TASK DETAILS: Lines with "TORUS": pull these out of the listing below.
/---
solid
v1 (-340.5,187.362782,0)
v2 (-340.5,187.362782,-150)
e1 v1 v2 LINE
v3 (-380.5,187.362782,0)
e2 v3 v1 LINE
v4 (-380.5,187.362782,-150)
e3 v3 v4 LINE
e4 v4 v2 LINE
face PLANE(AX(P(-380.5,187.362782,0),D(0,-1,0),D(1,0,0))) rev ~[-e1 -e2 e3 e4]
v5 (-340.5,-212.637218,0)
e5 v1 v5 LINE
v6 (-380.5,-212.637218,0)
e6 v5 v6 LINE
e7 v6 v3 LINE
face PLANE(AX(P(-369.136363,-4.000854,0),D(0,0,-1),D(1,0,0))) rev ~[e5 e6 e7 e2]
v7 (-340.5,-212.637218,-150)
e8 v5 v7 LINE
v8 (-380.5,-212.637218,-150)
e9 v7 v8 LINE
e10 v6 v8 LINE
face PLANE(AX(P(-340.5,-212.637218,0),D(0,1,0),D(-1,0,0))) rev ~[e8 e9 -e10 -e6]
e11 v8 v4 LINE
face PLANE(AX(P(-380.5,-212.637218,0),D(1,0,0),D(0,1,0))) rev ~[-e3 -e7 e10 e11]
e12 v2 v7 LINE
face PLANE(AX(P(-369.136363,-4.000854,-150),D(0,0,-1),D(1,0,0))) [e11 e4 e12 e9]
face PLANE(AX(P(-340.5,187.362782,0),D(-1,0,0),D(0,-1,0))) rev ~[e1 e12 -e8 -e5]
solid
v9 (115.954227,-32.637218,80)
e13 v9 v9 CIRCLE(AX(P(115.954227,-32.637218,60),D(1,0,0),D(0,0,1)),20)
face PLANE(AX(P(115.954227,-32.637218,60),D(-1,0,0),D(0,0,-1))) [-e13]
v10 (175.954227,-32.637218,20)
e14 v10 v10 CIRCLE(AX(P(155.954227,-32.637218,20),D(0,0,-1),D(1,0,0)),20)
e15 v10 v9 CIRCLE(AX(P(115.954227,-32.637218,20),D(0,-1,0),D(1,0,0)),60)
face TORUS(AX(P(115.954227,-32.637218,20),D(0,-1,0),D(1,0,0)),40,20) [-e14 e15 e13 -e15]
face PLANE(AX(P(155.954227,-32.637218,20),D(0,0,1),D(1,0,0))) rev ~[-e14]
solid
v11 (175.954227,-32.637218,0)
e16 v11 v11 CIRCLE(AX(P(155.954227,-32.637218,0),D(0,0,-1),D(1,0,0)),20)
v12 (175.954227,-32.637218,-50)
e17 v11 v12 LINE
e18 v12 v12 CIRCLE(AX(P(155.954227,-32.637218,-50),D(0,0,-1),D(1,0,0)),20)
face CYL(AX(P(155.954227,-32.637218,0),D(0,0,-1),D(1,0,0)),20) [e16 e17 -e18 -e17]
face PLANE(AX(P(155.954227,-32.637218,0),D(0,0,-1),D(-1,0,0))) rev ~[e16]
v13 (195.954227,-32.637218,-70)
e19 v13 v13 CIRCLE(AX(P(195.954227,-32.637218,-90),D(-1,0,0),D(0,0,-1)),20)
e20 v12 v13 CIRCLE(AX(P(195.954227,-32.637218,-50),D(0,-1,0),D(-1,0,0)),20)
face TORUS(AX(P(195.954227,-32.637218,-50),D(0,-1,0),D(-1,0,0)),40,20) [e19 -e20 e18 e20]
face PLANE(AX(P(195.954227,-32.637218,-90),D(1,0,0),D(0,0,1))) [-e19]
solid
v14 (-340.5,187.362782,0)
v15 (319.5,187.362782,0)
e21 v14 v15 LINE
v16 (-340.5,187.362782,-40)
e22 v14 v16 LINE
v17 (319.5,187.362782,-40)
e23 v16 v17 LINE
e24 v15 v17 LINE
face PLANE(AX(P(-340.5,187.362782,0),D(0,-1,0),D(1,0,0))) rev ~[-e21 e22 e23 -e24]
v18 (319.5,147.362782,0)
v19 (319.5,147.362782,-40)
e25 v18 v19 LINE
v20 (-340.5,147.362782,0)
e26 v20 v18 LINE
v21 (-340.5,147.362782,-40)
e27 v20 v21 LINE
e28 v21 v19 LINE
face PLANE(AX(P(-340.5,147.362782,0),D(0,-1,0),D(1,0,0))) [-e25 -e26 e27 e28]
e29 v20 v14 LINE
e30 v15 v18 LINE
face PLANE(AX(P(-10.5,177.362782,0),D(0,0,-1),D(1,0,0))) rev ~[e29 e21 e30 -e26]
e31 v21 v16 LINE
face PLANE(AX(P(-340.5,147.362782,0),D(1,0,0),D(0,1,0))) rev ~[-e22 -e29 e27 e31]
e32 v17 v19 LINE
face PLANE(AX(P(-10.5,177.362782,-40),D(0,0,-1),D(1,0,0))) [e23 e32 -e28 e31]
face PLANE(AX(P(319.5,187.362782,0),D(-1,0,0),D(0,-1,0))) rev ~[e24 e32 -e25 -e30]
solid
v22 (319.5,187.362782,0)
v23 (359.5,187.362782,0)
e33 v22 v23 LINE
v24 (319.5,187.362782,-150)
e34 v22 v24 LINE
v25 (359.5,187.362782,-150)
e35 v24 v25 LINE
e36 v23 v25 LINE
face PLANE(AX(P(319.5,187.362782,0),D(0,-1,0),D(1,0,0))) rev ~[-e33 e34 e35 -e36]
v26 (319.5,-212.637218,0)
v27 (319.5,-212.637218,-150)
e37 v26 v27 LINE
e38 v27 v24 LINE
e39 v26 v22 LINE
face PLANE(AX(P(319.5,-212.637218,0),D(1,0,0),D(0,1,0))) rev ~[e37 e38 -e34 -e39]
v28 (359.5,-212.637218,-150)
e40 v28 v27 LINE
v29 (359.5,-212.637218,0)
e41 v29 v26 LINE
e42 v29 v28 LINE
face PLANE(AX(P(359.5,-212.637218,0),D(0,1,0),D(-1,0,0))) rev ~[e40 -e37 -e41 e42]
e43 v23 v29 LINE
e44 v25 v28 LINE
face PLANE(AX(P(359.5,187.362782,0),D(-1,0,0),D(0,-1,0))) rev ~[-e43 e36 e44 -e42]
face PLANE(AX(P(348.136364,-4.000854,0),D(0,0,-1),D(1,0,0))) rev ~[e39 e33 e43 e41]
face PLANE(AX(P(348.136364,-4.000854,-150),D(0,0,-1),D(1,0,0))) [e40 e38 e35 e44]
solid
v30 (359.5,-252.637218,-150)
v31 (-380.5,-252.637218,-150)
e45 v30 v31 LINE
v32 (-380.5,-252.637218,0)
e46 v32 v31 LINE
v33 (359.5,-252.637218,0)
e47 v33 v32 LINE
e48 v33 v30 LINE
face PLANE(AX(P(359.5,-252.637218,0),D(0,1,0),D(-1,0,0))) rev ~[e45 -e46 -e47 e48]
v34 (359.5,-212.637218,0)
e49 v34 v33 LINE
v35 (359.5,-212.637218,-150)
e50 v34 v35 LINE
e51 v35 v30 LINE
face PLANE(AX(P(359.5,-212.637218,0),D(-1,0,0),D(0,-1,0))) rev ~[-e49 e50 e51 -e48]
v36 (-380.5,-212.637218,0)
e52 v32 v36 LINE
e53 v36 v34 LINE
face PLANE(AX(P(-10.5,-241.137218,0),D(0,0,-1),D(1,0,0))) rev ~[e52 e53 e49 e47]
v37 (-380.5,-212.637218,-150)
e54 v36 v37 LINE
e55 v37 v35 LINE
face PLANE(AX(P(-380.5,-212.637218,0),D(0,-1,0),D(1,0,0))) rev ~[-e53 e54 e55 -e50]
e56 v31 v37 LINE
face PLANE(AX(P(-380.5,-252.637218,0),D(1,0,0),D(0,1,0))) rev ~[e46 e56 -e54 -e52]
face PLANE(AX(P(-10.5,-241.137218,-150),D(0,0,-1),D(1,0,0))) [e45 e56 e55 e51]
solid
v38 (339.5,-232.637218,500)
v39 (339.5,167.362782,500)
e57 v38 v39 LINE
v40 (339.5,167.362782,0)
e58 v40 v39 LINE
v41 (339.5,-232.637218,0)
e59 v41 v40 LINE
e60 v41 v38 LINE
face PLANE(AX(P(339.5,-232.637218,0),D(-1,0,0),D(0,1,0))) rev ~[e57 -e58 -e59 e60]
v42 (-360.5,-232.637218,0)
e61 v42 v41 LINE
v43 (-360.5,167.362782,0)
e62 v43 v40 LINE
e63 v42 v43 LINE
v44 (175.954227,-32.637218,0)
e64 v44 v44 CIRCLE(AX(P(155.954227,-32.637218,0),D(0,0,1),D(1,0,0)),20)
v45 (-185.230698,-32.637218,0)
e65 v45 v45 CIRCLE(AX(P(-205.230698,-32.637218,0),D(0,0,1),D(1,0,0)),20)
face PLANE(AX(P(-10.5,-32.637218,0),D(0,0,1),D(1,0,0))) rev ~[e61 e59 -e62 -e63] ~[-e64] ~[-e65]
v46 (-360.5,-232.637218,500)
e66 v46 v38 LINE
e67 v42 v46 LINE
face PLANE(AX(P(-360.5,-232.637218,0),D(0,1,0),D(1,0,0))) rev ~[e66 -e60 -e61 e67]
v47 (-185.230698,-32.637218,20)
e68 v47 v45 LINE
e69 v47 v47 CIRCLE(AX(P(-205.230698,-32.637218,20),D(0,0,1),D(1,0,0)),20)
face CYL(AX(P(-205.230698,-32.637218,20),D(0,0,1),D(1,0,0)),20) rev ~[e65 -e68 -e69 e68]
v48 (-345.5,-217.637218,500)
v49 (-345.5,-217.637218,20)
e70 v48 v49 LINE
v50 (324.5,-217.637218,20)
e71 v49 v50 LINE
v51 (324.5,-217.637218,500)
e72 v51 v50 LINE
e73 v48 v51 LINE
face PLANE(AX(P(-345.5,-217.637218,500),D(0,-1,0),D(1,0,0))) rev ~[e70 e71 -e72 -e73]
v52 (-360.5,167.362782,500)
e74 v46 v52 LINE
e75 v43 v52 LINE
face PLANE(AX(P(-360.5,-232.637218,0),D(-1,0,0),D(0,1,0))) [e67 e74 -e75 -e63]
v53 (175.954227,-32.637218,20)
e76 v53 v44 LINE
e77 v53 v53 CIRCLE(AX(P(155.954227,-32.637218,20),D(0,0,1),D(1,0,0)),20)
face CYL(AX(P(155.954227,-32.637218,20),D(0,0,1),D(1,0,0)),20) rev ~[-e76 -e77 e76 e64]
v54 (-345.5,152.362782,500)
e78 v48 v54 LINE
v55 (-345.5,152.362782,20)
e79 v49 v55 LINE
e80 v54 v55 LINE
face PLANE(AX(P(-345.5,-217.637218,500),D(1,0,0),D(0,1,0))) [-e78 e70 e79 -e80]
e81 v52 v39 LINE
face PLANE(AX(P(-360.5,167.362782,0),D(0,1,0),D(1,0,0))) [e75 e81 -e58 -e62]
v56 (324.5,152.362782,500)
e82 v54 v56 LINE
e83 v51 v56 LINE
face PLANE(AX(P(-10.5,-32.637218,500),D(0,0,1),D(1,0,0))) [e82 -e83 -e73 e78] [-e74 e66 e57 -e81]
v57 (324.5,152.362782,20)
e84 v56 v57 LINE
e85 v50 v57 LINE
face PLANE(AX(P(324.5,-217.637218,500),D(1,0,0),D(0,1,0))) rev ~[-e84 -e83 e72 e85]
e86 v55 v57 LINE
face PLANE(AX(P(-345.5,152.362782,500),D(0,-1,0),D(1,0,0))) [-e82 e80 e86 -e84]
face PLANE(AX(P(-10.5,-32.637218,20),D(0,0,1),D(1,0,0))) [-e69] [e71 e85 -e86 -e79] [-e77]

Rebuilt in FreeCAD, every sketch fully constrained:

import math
import FreeCAD as App
import Part
import Sketcher
from FreeCAD import Vector

doc = App.newDocument("Part")
body = doc.addObject("PartDesign::Body", "Body")

sketch1 = body.newObject("Sketcher::SketchObject", "Sketch")
sketch1.AttachmentSupport = (doc.getObject("XY_Plane"), [""])
sketch1.MapMode = "FlatFace"
sketch1.addGeometry([
    Part.LineSegment(Vector(-360.5, 167.362782, 0), Vector(-360.5, -232.637218, 0)),
    Part.LineSegment(Vector(-360.5, -232.637218, 0), Vector(339.5, -232.637218, 0)),
    Part.LineSegment(Vector(339.5, -232.637218, 0), Vector(339.5, 167.362782, 0)),
    Part.LineSegment(Vector(339.5, 167.362782, 0), Vector(-360.5, 167.362782, 0)),
], False)
sketch1.addConstraint([
    Sketcher.Constraint("Coincident", 0, 2, 1, 1),
    Sketcher.Constraint("Coincident", 1, 2, 2, 1),
    Sketcher.Constraint("Coincident", 2, 2, 3, 1),
    Sketcher.Constraint("Coincident", 3, 2, 0, 1),
    Sketcher.Constraint("Vertical", 0),
    Sketcher.Constraint("Horizontal", 1),
    Sketcher.Constraint("Vertical", 2),
    Sketcher.Constraint("Horizontal", 3),
    Sketcher.Constraint("DistanceX", 1, 1, 1, 2, 700.0),
    Sketcher.Constraint("DistanceY", 0, 2, 0, 1, 400.0),
    Sketcher.Constraint("DistanceX", 0, 2, -1, 1, 360.5),
    Sketcher.Constraint("DistanceY", 0, 2, -1, 1, 232.637218),
])
pad1 = body.newObject("PartDesign::Pad", "Pad")
pad1.Profile = sketch1
pad1.Length = 500

sketch2 = body.newObject("Sketcher::SketchObject", "Sketch001")
sketch2.AttachmentSupport = (doc.getObject("XY_Plane"), [""])
sketch2.MapMode = "FlatFace"
sketch2.AttachmentOffset = App.Placement(Vector(0, 0, 500), App.Rotation())
sketch2.addGeometry([
    Part.LineSegment(Vector(-345.5, 152.362782, 0), Vector(-345.5, -217.637218, 0)),
    Part.LineSegment(Vector(-345.5, -217.637218, 0), Vector(324.5, -217.637218, 0)),
    Part.LineSegment(Vector(324.5, -217.637218, 0), Vector(324.5, 152.362782, 0)),
    Part.LineSegment(Vector(324.5, 152.362782, 0), Vector(-345.5, 152.362782, 0)),
], False)
sketch2.addConstraint([
    Sketcher.Constraint("Coincident", 0, 2, 1, 1),
    Sketcher.Constraint("Coincident", 1, 2, 2, 1),
    Sketcher.Constraint("Coincident", 2, 2, 3, 1),
    Sketcher.Constraint("Coincident", 3, 2, 0, 1),
    Sketcher.Constraint("Vertical", 0),
    Sketcher.Constraint("Horizontal", 1),
    Sketcher.Constraint("Vertical", 2),
    Sketcher.Constraint("Horizontal", 3),
    Sketcher.Constraint("DistanceX", 1, 1, 1, 2, 670.0),
    Sketcher.Constraint("DistanceY", 0, 2, 0, 1, 370.0),
    Sketcher.Constraint("DistanceX", 0, 2, -1, 1, 345.5),
    Sketcher.Constraint("DistanceY", 0, 2, -1, 1, 217.637218),
])
pocket1 = body.newObject("PartDesign::Pocket", "Pocket")
pocket1.Profile = sketch2
pocket1.Length = 480

sketch3 = body.newObject("Sketcher::SketchObject", "Sketch002")
sketch3.AttachmentSupport = (doc.getObject("XY_Plane"), [""])
sketch3.MapMode = "FlatFace"
sketch3.AttachmentOffset = App.Placement(Vector(0, 0, 20), App.Rotation())
sketch3.addGeometry([
    Part.Circle(Vector(-205.230698, -32.637218, 0), Vector(0, 0, 1), 20),
    Part.Circle(Vector(155.954227, -32.637218, 0), Vector(0, 0, 1), 20),
], False)
sketch3.addConstraint([
    Sketcher.Constraint("Equal", 0, 1),
    Sketcher.Constraint("Horizontal", 0, 3, 1, 3),
    Sketcher.Constraint("Diameter", 0, 40.0),
    Sketcher.Constraint("DistanceX", 0, 3, -1, 1, 205.230698),
    Sketcher.Constraint("DistanceY", 0, 3, -1, 1, 32.637218),
    Sketcher.Constraint("DistanceX", -1, 1, 1, 3, 155.954227),
])
pocket2 = body.newObject("PartDesign::Pocket", "Pocket001")
pocket2.Profile = sketch3
pocket2.Type = "ThroughAll"
body2 = doc.addObject("PartDesign::Body", "Body001")

sketch4 = body2.newObject("Sketcher::SketchObject", "Sketch003")
sketch4.AttachmentSupport = (doc.getObject("XY_Plane001"), [""])
sketch4.MapMode = "FlatFace"
sketch4.addGeometry([
    Part.LineSegment(Vector(-380.5, -212.637218, 0), Vector(-380.5, 187.362782, 0)),
    Part.LineSegment(Vector(-380.5, 187.362782, 0), Vector(-340.5, 187.362782, 0)),
    Part.LineSegment(Vector(-340.5, 187.362782, 0), Vector(-340.5, -212.637218, 0)),
    Part.LineSegment(Vector(-340.5, -212.637218, 0), Vector(-380.5, -212.637218, 0)),
], False)
sketch4.addConstraint([
    Sketcher.Constraint("Coincident", 0, 2, 1, 1),
    Sketcher.Constraint("Coincident", 1, 2, 2, 1),
    Sketcher.Constraint("Coincident", 2, 2, 3, 1),
    Sketcher.Constraint("Coincident", 3, 2, 0, 1),
    Sketcher.Constraint("Vertical", 0),
    Sketcher.Constraint("Horizontal", 1),
    Sketcher.Constraint("Vertical", 2),
    Sketcher.Constraint("Horizontal", 3),
    Sketcher.Constraint("DistanceX", 1, 1, 1, 2, 40.0),
    Sketcher.Constraint("DistanceY", 0, 1, 0, 2, 400.0),
    Sketcher.Constraint("DistanceX", 0, 2, -1, 1, 380.5),
    Sketcher.Constraint("DistanceY", -1, 1, 0, 2, 187.362782),
])
pad2 = body2.newObject("PartDesign::Pad", "Pad001")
\---
SOLUTION:
face TORUS(AX(P(115.954227,-32.637218,20),D(0,-1,0),D(1,0,0)),40,20) [-e14 e15 e13 -e15]
face TORUS(AX(P(195.954227,-32.637218,-50),D(0,-1,0),D(-1,0,0)),40,20) [e19 -e20 e18 e20]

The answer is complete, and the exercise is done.